Fairleigh Dickinson Expert Tells Morris Tech Meetup What’s Wrong with Polling
At a recent Morris Tech Meetup, members were treated to an inside look at political polling by Daniel Cassino, the executive director of the Fairleigh Dickinson University Poll. The video of the event can be found here.
Cassino describes himself as a political psychologist. “That means I’m a cognitive psychologist who studies how people think about politics, and how people think about the world.” He was interviewed by John Carini, one of the group’s organizers as well as the founder and CEO of iEnterprises, a Chatham-based company that makes intelligent customer-relationship-management software.
People often misunderstand the term “margin of error,” Cassino told the group. If “we were able to talk to every single person, there would be no margin of error,” he stated. But that wouldn’t be possible, and certainly not cost-effective. So, pollsters need to use samples, and samples have assumptions built into them.
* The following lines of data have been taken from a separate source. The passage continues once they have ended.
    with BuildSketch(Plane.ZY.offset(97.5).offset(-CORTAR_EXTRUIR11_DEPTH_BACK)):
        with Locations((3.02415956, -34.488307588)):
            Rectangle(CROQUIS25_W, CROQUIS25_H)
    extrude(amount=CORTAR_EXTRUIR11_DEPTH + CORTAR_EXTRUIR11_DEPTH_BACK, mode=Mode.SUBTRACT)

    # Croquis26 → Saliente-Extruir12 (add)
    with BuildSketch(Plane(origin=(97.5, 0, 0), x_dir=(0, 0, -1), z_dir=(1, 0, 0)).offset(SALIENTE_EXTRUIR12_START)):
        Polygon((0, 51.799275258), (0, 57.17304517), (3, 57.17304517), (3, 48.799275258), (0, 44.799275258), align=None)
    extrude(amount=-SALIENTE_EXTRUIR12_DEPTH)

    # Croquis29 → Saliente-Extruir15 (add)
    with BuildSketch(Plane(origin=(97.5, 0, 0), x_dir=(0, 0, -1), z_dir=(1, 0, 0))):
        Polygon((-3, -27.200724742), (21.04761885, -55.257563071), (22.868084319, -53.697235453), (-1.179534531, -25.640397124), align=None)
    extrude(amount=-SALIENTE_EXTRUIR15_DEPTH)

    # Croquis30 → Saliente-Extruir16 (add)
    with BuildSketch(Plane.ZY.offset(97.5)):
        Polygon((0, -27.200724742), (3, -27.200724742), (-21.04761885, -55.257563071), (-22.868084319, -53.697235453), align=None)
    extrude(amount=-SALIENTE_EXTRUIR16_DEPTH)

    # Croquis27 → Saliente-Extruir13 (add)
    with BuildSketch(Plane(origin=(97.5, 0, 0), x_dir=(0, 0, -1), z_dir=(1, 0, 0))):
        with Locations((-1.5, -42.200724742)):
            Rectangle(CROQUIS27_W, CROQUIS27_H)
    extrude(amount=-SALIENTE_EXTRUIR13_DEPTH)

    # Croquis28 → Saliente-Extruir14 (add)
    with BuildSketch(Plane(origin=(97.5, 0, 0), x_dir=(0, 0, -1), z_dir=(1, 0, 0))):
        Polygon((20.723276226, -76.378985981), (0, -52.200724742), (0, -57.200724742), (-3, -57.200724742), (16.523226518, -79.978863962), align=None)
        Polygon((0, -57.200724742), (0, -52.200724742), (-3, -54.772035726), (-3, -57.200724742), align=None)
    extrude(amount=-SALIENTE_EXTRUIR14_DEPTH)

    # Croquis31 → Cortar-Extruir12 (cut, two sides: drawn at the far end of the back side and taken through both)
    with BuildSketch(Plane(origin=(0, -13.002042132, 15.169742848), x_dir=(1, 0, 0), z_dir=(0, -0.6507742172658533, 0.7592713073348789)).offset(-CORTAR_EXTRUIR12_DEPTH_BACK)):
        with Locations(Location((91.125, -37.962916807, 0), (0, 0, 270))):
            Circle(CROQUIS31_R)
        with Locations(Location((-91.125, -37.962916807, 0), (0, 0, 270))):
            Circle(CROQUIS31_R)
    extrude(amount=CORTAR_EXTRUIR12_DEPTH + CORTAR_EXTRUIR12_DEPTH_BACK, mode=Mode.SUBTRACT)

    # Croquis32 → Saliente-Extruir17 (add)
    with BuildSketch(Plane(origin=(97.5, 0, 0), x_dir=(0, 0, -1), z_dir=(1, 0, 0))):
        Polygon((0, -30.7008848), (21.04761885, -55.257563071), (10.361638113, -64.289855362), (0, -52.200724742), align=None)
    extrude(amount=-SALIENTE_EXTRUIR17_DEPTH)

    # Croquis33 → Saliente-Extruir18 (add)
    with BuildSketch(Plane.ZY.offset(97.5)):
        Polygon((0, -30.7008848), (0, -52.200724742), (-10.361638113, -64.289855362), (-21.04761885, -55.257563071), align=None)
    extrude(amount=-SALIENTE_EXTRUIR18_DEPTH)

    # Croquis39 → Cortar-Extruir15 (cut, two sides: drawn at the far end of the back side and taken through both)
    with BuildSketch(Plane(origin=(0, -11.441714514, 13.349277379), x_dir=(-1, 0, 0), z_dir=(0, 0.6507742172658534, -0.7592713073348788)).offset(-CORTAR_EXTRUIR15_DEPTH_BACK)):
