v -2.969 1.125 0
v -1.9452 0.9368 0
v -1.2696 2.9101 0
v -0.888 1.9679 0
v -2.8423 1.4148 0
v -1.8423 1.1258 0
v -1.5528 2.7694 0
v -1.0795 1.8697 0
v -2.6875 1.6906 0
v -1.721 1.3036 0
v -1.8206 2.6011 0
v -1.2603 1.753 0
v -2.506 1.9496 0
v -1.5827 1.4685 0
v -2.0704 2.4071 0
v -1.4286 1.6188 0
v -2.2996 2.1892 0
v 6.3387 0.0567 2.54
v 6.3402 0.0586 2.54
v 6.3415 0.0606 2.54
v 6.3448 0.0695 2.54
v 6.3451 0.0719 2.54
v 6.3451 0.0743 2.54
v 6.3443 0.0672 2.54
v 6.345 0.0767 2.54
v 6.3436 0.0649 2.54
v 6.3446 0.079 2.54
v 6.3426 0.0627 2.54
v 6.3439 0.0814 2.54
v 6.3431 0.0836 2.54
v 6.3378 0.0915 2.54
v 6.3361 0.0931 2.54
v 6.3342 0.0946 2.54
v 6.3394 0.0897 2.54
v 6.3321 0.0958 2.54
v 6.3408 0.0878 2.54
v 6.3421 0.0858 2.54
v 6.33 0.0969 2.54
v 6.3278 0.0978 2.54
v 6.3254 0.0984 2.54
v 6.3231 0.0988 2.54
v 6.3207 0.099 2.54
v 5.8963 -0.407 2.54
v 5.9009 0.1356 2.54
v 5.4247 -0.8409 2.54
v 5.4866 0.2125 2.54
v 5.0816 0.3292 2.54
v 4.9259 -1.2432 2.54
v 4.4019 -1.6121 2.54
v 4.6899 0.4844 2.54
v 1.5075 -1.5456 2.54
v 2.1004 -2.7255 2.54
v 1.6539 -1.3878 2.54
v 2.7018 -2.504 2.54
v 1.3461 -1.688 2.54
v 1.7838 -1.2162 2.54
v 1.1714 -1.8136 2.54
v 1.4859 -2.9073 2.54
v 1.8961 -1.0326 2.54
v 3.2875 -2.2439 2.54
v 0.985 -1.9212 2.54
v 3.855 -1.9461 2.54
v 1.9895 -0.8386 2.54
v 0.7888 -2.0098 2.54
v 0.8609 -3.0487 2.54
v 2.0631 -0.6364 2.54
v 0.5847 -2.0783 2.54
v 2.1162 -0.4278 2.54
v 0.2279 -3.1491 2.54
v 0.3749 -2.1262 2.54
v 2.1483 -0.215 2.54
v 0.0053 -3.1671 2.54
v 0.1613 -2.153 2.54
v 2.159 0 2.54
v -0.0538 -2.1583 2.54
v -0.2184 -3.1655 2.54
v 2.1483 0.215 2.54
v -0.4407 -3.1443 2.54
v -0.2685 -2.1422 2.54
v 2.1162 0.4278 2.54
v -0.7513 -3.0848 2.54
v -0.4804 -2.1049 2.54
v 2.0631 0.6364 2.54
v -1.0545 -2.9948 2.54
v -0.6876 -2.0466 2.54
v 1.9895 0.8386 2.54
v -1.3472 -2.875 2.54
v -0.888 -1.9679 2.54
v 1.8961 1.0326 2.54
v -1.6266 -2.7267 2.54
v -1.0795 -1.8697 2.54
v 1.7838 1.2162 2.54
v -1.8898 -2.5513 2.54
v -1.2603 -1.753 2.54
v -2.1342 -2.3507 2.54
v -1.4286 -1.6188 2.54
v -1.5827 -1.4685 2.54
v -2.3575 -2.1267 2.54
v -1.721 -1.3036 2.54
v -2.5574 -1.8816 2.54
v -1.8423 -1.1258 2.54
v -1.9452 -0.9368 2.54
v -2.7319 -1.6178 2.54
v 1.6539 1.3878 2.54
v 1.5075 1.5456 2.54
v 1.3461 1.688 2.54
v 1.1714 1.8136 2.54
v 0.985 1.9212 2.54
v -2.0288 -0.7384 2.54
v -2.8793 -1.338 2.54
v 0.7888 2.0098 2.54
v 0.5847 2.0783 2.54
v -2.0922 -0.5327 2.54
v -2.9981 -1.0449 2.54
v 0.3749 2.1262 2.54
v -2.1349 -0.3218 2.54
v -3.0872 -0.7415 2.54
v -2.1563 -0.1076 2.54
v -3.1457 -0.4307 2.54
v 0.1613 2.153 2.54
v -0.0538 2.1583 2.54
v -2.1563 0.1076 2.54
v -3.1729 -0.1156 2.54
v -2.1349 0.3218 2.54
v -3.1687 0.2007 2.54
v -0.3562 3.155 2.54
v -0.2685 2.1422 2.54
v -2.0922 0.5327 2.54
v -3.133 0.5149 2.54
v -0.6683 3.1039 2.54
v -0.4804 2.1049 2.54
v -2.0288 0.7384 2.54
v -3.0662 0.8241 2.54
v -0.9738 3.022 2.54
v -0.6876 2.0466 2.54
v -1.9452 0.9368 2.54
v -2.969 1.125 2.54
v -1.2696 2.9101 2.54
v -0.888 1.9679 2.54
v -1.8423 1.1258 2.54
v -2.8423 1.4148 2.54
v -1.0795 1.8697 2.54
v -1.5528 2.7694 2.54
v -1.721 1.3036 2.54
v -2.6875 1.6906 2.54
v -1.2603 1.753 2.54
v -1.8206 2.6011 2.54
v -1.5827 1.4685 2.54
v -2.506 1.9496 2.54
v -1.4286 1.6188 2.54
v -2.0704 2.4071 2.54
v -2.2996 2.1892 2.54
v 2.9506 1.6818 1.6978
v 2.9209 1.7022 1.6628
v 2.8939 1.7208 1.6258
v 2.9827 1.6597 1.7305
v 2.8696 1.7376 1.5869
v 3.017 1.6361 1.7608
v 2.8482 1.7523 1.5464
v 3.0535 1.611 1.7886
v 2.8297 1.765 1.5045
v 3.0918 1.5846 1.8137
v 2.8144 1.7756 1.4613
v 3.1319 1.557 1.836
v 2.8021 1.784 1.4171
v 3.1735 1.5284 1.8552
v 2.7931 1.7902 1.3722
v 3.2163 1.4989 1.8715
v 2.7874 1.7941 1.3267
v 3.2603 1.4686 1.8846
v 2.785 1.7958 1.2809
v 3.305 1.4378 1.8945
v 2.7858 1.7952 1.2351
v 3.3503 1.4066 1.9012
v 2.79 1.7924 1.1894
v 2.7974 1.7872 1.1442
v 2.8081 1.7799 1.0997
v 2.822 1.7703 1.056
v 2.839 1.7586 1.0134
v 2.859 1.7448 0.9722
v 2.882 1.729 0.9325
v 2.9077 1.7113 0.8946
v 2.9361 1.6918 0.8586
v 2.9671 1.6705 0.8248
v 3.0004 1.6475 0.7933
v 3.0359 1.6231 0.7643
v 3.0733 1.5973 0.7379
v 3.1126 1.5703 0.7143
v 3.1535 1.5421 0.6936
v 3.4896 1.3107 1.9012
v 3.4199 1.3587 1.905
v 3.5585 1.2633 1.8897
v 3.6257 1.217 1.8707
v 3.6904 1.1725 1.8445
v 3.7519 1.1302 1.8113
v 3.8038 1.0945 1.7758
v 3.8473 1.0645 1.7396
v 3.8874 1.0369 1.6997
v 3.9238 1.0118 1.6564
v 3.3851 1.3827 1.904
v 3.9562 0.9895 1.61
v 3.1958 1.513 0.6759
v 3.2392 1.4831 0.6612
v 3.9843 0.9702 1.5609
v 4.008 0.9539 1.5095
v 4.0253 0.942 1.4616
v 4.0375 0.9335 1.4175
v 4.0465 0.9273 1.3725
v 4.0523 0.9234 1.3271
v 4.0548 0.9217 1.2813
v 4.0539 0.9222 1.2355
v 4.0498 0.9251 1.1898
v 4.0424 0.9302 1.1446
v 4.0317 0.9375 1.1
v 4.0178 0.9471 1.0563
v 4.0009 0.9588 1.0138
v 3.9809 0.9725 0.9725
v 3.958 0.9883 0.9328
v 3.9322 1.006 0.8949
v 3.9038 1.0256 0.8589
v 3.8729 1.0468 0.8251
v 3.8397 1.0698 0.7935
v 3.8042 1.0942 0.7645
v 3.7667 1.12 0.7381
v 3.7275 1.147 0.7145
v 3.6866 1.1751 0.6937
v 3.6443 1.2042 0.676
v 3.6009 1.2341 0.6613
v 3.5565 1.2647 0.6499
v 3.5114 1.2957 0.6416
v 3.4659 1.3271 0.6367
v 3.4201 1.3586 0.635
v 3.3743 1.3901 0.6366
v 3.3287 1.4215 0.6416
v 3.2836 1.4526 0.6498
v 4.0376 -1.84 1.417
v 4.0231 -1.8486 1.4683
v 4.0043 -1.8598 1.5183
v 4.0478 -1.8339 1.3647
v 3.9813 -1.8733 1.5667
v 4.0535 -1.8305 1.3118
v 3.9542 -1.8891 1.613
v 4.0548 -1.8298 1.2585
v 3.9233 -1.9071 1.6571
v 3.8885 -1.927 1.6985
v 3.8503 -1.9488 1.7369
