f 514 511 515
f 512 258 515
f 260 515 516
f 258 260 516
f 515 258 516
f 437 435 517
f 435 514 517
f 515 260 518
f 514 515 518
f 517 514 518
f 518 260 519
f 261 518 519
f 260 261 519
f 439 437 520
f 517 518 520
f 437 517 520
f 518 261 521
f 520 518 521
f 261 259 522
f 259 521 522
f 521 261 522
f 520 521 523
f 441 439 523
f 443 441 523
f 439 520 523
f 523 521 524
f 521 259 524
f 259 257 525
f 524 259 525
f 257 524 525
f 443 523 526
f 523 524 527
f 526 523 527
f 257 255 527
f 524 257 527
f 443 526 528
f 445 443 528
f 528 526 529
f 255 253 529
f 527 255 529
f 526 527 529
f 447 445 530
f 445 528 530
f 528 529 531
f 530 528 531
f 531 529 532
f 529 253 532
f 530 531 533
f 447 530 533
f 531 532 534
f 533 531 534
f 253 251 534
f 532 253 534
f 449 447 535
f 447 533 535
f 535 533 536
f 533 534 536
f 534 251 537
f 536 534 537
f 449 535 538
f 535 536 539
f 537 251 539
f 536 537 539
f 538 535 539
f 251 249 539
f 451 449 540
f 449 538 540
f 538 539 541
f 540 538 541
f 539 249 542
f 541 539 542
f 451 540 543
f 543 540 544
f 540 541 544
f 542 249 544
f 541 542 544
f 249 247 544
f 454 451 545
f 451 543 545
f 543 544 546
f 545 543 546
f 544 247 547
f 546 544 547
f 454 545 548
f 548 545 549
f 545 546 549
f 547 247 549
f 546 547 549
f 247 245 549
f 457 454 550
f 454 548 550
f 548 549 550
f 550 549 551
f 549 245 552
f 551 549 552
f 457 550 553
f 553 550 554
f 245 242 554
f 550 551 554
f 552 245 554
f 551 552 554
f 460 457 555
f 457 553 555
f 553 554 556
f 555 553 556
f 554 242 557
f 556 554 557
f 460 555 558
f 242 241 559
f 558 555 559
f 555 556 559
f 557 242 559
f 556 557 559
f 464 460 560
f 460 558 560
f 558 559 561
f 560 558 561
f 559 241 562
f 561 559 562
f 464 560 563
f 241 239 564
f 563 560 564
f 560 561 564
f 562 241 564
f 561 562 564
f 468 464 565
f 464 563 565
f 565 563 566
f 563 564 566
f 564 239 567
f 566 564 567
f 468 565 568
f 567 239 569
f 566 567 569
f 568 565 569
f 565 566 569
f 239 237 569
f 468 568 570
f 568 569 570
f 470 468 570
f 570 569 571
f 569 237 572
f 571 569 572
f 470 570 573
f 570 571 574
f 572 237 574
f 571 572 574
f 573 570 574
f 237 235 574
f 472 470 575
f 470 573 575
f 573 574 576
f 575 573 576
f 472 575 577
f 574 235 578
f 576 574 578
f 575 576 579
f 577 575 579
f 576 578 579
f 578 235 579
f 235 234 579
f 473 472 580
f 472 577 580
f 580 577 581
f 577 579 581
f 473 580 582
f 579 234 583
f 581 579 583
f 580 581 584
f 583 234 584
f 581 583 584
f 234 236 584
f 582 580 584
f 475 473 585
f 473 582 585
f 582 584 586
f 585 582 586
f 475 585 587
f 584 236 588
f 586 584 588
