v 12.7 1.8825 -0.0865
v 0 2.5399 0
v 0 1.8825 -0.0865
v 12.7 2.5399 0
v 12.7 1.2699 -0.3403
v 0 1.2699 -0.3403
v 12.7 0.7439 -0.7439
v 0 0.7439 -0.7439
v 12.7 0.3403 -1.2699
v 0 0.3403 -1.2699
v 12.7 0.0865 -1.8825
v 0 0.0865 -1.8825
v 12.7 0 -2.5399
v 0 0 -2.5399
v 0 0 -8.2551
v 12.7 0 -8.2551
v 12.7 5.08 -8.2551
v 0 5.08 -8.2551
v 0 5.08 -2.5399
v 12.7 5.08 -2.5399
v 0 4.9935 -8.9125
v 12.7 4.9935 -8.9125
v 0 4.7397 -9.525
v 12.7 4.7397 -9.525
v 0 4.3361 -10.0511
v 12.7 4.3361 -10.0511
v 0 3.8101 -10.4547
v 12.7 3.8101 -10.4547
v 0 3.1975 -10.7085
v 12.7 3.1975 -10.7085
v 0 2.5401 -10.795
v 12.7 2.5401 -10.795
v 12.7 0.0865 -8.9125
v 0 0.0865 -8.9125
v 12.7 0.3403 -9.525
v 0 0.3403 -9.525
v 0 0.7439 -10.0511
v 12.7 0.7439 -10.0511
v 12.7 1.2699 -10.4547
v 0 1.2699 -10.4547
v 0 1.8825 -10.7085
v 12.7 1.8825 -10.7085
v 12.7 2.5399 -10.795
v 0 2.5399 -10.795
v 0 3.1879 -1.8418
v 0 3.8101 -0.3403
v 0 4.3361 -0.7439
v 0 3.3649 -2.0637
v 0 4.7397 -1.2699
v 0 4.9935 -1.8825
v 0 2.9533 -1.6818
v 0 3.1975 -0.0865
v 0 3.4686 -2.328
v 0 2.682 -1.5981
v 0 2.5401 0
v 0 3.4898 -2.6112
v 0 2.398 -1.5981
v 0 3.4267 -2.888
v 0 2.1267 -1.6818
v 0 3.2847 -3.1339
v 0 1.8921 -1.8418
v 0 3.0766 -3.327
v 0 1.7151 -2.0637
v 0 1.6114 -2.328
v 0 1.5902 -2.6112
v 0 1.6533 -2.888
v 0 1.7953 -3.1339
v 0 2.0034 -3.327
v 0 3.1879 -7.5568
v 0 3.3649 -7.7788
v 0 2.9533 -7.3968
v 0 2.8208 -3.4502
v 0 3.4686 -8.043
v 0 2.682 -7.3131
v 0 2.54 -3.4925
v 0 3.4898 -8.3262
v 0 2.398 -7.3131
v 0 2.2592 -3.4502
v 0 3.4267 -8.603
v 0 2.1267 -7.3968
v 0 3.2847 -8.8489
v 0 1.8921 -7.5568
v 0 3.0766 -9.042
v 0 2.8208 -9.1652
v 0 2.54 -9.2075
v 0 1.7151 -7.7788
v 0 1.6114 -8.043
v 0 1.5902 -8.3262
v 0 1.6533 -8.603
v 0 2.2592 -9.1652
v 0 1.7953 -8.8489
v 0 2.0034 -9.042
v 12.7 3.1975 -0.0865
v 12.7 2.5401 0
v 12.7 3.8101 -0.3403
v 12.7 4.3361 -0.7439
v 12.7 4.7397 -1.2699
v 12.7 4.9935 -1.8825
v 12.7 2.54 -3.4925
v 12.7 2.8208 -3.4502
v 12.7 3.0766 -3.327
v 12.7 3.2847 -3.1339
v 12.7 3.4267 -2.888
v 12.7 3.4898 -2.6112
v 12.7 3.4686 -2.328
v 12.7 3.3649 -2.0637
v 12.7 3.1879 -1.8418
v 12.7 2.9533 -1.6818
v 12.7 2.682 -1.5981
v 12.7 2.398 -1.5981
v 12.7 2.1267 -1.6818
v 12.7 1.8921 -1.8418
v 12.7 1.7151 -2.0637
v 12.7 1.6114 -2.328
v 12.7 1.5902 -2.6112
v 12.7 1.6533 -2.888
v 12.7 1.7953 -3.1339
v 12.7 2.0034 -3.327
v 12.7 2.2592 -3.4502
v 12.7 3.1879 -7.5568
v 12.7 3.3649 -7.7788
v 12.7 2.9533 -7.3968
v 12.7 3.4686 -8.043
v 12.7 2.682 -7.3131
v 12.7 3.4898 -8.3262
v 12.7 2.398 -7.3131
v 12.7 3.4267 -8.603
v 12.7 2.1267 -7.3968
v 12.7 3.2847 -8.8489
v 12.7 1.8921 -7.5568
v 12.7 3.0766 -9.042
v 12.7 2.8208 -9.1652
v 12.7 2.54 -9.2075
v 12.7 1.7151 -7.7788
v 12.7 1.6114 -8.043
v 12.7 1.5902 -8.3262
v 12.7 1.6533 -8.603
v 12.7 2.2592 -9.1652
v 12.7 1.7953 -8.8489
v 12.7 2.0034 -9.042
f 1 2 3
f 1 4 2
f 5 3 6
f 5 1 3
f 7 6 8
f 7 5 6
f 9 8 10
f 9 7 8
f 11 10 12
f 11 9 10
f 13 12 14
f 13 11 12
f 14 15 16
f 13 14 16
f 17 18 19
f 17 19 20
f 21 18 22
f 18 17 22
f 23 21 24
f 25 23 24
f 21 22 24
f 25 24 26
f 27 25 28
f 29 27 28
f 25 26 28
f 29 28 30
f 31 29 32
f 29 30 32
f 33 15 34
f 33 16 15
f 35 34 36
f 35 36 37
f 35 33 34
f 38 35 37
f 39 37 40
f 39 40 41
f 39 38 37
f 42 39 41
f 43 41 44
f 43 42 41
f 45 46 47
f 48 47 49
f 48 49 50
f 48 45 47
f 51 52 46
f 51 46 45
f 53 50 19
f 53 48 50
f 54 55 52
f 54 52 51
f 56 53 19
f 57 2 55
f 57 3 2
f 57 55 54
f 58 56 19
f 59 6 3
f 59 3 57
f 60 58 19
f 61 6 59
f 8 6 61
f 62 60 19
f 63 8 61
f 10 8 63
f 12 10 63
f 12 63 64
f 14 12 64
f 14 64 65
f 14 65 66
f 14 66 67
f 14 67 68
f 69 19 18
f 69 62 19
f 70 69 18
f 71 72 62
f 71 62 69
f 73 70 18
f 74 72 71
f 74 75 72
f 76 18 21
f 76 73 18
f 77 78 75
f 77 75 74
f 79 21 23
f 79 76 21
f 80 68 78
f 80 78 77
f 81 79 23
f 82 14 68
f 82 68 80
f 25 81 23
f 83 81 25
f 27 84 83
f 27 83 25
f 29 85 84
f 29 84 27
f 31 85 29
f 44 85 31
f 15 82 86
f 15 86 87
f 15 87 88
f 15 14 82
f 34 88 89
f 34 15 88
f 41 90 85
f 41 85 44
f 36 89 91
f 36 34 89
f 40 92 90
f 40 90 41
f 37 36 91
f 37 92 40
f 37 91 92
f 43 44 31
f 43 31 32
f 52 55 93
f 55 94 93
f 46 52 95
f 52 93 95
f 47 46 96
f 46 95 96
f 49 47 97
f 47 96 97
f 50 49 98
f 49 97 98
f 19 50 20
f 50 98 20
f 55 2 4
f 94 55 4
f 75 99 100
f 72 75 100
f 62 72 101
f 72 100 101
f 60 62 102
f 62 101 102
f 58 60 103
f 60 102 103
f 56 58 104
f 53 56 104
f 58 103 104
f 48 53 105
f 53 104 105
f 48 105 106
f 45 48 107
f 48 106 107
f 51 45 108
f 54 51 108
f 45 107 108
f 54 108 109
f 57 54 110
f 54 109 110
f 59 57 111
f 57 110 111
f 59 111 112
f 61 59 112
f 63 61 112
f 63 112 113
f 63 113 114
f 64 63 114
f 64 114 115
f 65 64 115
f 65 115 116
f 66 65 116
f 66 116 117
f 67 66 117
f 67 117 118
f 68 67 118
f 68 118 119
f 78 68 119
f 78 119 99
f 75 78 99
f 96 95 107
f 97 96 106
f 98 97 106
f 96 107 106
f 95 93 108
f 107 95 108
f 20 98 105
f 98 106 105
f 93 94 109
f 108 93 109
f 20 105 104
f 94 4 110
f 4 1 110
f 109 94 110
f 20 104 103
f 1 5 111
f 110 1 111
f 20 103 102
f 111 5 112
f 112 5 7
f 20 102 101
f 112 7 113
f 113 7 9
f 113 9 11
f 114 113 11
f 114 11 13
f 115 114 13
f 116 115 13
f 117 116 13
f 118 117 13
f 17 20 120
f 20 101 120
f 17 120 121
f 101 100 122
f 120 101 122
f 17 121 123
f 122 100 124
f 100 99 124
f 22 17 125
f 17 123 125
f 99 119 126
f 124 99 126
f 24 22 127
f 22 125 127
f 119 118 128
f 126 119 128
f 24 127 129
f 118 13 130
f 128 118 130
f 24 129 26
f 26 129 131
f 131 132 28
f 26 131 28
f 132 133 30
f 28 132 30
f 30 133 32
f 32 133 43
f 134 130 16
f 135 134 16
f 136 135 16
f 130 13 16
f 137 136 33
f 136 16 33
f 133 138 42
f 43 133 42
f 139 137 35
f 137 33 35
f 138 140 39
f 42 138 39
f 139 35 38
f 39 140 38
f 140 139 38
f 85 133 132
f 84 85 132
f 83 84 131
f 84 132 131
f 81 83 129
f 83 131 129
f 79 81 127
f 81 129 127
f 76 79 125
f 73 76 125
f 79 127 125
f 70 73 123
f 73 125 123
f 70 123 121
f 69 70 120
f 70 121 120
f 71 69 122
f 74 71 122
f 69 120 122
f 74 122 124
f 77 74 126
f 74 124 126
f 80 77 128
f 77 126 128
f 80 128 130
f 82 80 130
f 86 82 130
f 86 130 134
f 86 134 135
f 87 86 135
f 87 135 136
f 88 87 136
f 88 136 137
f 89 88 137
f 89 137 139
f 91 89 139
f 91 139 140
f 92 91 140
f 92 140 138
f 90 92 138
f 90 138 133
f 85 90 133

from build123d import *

# Parameters (mm, degrees)
SKETCH1_W           = 12.7
SKETCH1_H           = 10.795
BOSS_EXTRUDE1_DEPTH = 5.08
CUT_EXTRUDE1_REACH  = 19.425
SKETCH2_R           = 0.9525
FILLET1_R           = 2.54


with BuildPart() as part:
    # Sketch1 → Boss-Extrude1 (new body)
    with BuildSketch(Plane(origin=(0, 0, 0), x_dir=(1, 0, 0), z_dir=(0, 1, 0))):
        with Locations((6.35, 5.3975)):
            Rectangle(SKETCH1_W, SKETCH1_H)
    extrude(amount=BOSS_EXTRUDE1_DEPTH)

    # Sketch2 → Cut-Extrude1 (cut, up to next)
    with BuildSketch(Plane(origin=(12.7, 0, 0), x_dir=(0, 0, -1), z_dir=(1, 0, 0)), mode=Mode.PRIVATE) as cut_extrude1_sk1:
        with Locations((2.54, 2.54)):
            Circle(SKETCH2_R)
    cut_extrude1_tool1 = extrude(cut_extrude1_sk1.sketch, amount=-CUT_EXTRUDE1_REACH, mode=Mode.PRIVATE) & part.part
    # Sketch2 → Cut-Extrude1 (cut, up to next)
    with BuildSketch(Plane(origin=(12.7, 0, 0), x_dir=(0, 0, -1), z_dir=(1, 0, 0)), mode=Mode.PRIVATE) as cut_extrude1_sk2:
        with Locations((8.255, 2.54)):
            Circle(SKETCH2_R)
    cut_extrude1_tool2 = extrude(cut_extrude1_sk2.sketch, amount=-CUT_EXTRUDE1_REACH, mode=Mode.PRIVATE) & part.part
    add(cut_extrude1_tool1.solids().sort_by_distance((12.7, 2.54, -2.54))[0], mode=Mode.SUBTRACT)
    add(cut_extrude1_tool2.solids().sort_by_distance((12.7, 2.54, -8.255))[0], mode=Mode.SUBTRACT)

    # Fillet1
    fillet1_edges = [part.edges().sort_by_distance(p)[0] for p in [
        (6.35, 0, -10.795),
        (6.35, 5.08, -10.795),
        (6.35, 0, 0),
        (6.35, 5.08, 0),
    ]]
    fillet(fillet1_edges, radius=FILLET1_R - 0.0001)  # a hair under: the kernel refuses the full size


solid = part.part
Speaking about 2016, he noted that everyone should understand that the polls were not that far off, and that polling professionals predicted that Hillary Clinton would win the nationwide vote count, which she did. The polls were only about 2.5 percent off, which was within the margin of error, he said.
In 2016, there was some belief that Donald Trump’s supporters did not like responding to polls, he said. “If I call people up … then Trump supporters will be less likely to answer the phone, so the polls would be skewed against Trump supporters.”
“In 2016, though, the biggest problem we had wasn’t the nonresponse. It really seems like it was about less-educated white people. … When we called people on the phone, we were less likely to reach less-educated people. They’re less likely to pick up the phone.” The reason may be that they’re not at home as much, as they often work more hours or different hours, he said.
“So, the assumption in 2016, which was a good assumption at that time, was that less-educated white people and more-educated white-skinned people were going to vote the same. And it turns out in 2016, they didn’t. There was a huge gap there.”
Likely Voter Models
Polling professionals belong to a group called the American Association for Public Opinion Research, which concluded that in 2020 pollsters didn’t correct enough for this gap. Also, “likely voter” models are the Achilles heel of all election polls, Cassino said. It’s why Gallup doesn’t do election polling any more, he noted. “We have a problem. And that is when I ask you if you are going to vote, almost everyone says yes, and some of them are lying.” But if someone says “no,” they may be lying, too, he said. “So, we had to figure out some other way to determine who is going to vote and who isn’t. And various pollsters have their own secret sauce for determining this.”
In 2020, “We had no idea who was going to vote and who wasn’t because the voting system was all hacked up. Some people voted by mail, some people voted in person, or people who thought they would vote in person weren’t voting because they were scared to leave the house. So, we had no good way of knowing who a likely voter was.”
Pollsters had a decision to make: Do they trust everyone who said they were going to vote? “Well, if you do that, then you get results like we saw in Wisconsin that overestimated the vote.” Or pollsters could eliminate people who didn’t vote in previous elections, but that means they may end up underestimating the vote, he said.
In 2020, Trump did much better among young nonwhite voters, especially nonwhite men, than he had done in 2016. That was a big surprise to a lot of pollsters, but it’s something that most pollsters are going to miss, he said. “We’re going to miss it because there are factors that make you more likely to pick up the phone: if you’re white, if you’re older, and if you’re a woman. Therefore, the group we have the hardest time reaching is young nonwhite men.”
Technological Shifts
Cassino then recounted to the group some history of polling. Polling was invented in America in the early 20th century, he said, and there are cultural differences between countries that use the technique. For example, “in England, the response for telephone poles is very, very low, but the response rate for mail polls — we send you a questionnaire in the mail — is remarkably high. This, of course, is the opposite here. If I send out a poll via mail and I get 1 percent of the people to return it, I’m going to consider myself very, very lucky. In England, you’re going to see up to 70 percent response rates.”
The biggest technological shift in the industry has been away from landlines and towards cellphones; today most polls are 90 percent conducted on cellphones. This is a problem for pollsters because of a regulatory issue in the United States. The federal government doesn’t allow pollsters to use auto dialers for cellphones, so they must use other technologies.
The meetup group wanted to know why pollsters don’t use Facebook or Twitter to conduct their polls. “The problem is that the people who use Facebook are not a representative sample of the public as a whole. And, so, I can’t learn about the public.” Cassino said that when he uses Facebook data, he only learns about the people who use Facebook.
SMS text messaging has become popular. “So, instead of calling your cellphone, I just text you and introduce myself, and people are more likely to respond to that than they respond to telephone inquiries because, you know, it doesn’t feel like as much an invasion of privacy.” However, it can’t comprise the entire poll, as text messaging is less likely to reach older people.
Cassino added that some pollsters who try to discover the attitudes of niche audiences will put polls on apps that are designed for those audiences: for example, an app that is only used by homosexual men when pollsters are trying to reach that group.